Your two AquaClear 200's should just about do a 40gal tank. What shape (dimensions) is your tank? Where are your filters placed? Are each of your AC's adjusted for maximum flow? Anything blocking the intake or outflow, ie. wood, plants, decorations? Do you have an extra intake extension on each filter to increase the circulation from the bottom to the top of your tank? I have two AC 300's on a 50gal goldfish (hence, messy) tank that do a pretty good job of filtration. Try a bit of tweaking before you put out more cash for another filter.


----------



## ctmpwrdcamry (May 23, 2005)

They came with the tank. The tank is actually 37 gallon, 30 long, 22h and 12d.
I have one filter on each side of the back of the tank. Each filter had an extension on it till this afternoon when i switched so one has three and the other has one(trying to promote water movement) I know there SHOULD be enough filtration, but it doesn't seem that there is. There is good water movement for an hour or two, then things get stuck in the tubes is all i can figure, like floating plants and stuff.


----------



## csfish (May 19, 2005)

Hmmm, that's a fairly tall tank, so adding two extra extensions, as you say, should increase the circulation, but the AC 200 motor and impeller may not be strong enough to draw that deeply. Is the water up to the level of the outflow of your filters? Have you ever noticed, while doing a water change with the filters still running, how the flow decreases the lower the water level gets? Go with the extra extensions, top up your water and see what happens.... Also, sounds like there's lots of stuff floating around in your tank that could clog up any filter. I'm just curious about that...


----------



## ctmpwrdcamry (May 23, 2005)

The impellers seem to draw fine during a water change. There is some plants floating in the tank, then just moral decay. As i said i changed the extensions, so i am going to see what happens...


----------



## MatPat (Mar 22, 2004)

If you have a lot of floating plant debris, use a net to scoop it out. This will keep it from clogging up your filter intake. 

I don't have much experience with Aquaclears but I would think two 200s would be enough for the tank. The 300 I had put out too much water in my 55g before I turned it into a planted tank!


----------



## ctmpwrdcamry (May 23, 2005)

I was wondering if it was the media more than anything else.

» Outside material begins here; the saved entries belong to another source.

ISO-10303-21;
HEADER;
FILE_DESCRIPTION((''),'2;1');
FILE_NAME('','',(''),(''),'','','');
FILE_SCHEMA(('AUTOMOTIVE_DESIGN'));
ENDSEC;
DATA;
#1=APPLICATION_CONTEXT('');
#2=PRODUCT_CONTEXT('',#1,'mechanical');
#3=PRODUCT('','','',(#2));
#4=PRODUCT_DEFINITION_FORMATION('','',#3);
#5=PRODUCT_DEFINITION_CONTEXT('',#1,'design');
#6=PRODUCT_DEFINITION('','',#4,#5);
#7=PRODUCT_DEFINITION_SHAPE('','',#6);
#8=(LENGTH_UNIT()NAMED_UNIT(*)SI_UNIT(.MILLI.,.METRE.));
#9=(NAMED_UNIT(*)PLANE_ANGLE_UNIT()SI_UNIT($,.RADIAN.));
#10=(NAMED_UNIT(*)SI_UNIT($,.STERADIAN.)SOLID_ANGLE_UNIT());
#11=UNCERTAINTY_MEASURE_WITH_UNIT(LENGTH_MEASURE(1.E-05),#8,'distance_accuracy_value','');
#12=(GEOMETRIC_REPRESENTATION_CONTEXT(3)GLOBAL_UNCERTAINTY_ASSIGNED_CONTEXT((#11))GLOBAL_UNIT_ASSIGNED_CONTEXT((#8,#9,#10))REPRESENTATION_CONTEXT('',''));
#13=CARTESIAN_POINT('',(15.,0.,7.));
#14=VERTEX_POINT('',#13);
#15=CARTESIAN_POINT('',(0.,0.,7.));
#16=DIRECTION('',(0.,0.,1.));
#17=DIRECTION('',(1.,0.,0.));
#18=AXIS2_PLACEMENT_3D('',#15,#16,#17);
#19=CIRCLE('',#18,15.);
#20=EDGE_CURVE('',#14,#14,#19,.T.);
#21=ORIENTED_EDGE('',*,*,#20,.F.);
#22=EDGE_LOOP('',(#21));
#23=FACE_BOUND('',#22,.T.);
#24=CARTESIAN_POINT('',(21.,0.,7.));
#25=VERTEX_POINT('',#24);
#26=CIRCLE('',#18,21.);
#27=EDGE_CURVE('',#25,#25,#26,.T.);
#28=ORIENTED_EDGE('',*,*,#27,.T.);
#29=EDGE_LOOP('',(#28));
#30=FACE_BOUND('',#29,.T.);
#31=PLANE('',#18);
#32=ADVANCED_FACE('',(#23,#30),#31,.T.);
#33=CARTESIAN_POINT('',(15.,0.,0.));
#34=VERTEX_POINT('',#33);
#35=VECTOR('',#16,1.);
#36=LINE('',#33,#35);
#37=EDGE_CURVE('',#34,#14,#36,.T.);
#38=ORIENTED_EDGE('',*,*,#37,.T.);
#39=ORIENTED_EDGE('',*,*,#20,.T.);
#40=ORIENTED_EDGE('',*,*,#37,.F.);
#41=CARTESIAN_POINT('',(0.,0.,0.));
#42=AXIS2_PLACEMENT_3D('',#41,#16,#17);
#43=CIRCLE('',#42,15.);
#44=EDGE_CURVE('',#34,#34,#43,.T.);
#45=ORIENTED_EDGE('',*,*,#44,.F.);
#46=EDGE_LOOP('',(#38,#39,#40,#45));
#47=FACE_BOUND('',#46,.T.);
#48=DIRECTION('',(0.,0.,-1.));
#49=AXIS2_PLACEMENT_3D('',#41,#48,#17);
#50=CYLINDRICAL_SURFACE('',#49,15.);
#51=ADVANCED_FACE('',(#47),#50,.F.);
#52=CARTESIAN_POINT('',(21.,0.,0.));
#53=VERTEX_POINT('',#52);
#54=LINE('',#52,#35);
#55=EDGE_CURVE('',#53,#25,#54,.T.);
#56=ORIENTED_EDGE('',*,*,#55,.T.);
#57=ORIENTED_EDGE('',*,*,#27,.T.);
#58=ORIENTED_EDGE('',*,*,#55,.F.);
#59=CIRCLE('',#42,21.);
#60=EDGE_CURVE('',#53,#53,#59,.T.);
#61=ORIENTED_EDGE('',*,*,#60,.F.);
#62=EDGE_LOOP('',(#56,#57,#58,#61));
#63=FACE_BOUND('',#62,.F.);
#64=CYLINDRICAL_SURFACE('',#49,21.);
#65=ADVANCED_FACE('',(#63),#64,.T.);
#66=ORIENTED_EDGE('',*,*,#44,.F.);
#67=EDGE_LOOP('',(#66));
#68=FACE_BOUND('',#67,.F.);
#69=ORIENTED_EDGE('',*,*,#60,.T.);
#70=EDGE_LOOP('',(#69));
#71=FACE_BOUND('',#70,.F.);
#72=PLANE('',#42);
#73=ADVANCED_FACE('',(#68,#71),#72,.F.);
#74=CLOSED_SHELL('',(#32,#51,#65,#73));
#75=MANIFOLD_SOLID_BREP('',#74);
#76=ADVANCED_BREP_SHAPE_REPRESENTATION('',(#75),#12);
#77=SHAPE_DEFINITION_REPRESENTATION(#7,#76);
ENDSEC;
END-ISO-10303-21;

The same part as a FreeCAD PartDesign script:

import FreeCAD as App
import Part
import Sketcher

V = App.Vector

doc = App.newDocument("Part")
params = doc.addObject("Spreadsheet::Sheet", "Params")
for row, (alias, value) in enumerate([
    ("sketch1_diameter", "42 mm"),
    ("sketch1_diameter2", "30 mm"),
    ("pad1_length", "7 mm"),
], start=1):
    params.set(f"A{row}", alias)
    params.set(f"B{row}", "=" + value)
    params.setAlias(f"B{row}", alias)

body = doc.addObject("PartDesign::Body", "Body")

# Sketch on XY plane
sketch1 = body.newObject("Sketcher::SketchObject", "Sketch")
sketch1.AttachmentSupport = (doc.getObject("XY_Plane"), [""])
sketch1.MapMode = "FlatFace"
sketch1.addGeometry([
    Part.Circle(V(0, 0, 0), V(0, 0, 1), 21),
    Part.Circle(V(0, 0, 0), V(0, 0, 1), 15),
], False)
sketch1.addConstraint([
    Sketcher.Constraint("Coincident", 0, 3, -1, 1),
    Sketcher.Constraint("Coincident", 1, 3, -1, 1),
    Sketcher.Constraint("Diameter", 0, 42.0),
    Sketcher.Constraint("Diameter", 1, 30.0),
])
sketch1.setExpression("Constraints[2]", "Params.sketch1_diameter")
sketch1.setExpression("Constraints[3]", "Params.sketch1_diameter2")
pad1 = body.newObject("PartDesign::Pad", "Pad")
pad1.Profile = sketch1
pad1.setExpression("Length", "Params.pad1_length")

doc.recompute()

I have some polly fill in the garage, would that be the same as floss? Do you think i could stuff some of that in between the sponges to get some extra cleaning power?


----------



## csfish (May 19, 2005)

As MatPat was saying if you have a lot of plants and debris floating around, scoop it out or it will catch in the poly and clog up your filters even faster. Are your plants dying? Is that why there's so much stuff in your water?


----------



## ctmpwrdcamry (May 23, 2005)

I have some plants floating because i was trying to get them to grow more before they were planted.

There are some dead leaves, but i get most of those out. Most of it appears to be fish poop. Not much that i could scoop out with a net. Some of my java fun has turned black, but the other half of it looks great.


----------



## hsteve (Jul 9, 2005)

You might try adding a small powerhead that sweeps the bottom of the tank to move the crud towards your AC's...? Rena model 50 is only about 2" square and moves a fairly decent amount of water- I have one on my DIY CO2 setup


----------



## csfish (May 19, 2005)

I have watersprite in some tanks that are mostly planted into the gravel, but some of the plantlets I let float. I have jave fern and java moss in several tanks and some duckweed too that tend to float about but rarely do I have to clear out the intake tubes or squeeze out the sponges in my filters (all AC's) any sooner than every two weeks when I do a water change. Since all my tanks are heavily planted, I only vacuum the little gravel that's not planted on the odd occasion. I'm curious about why your fish are producing so much waste...What kind are they and how many do you have in your tank? Perhaps you're overfeeding them? Otherwise, it sounds like you just have to do some regular maintenance with your tank.


----------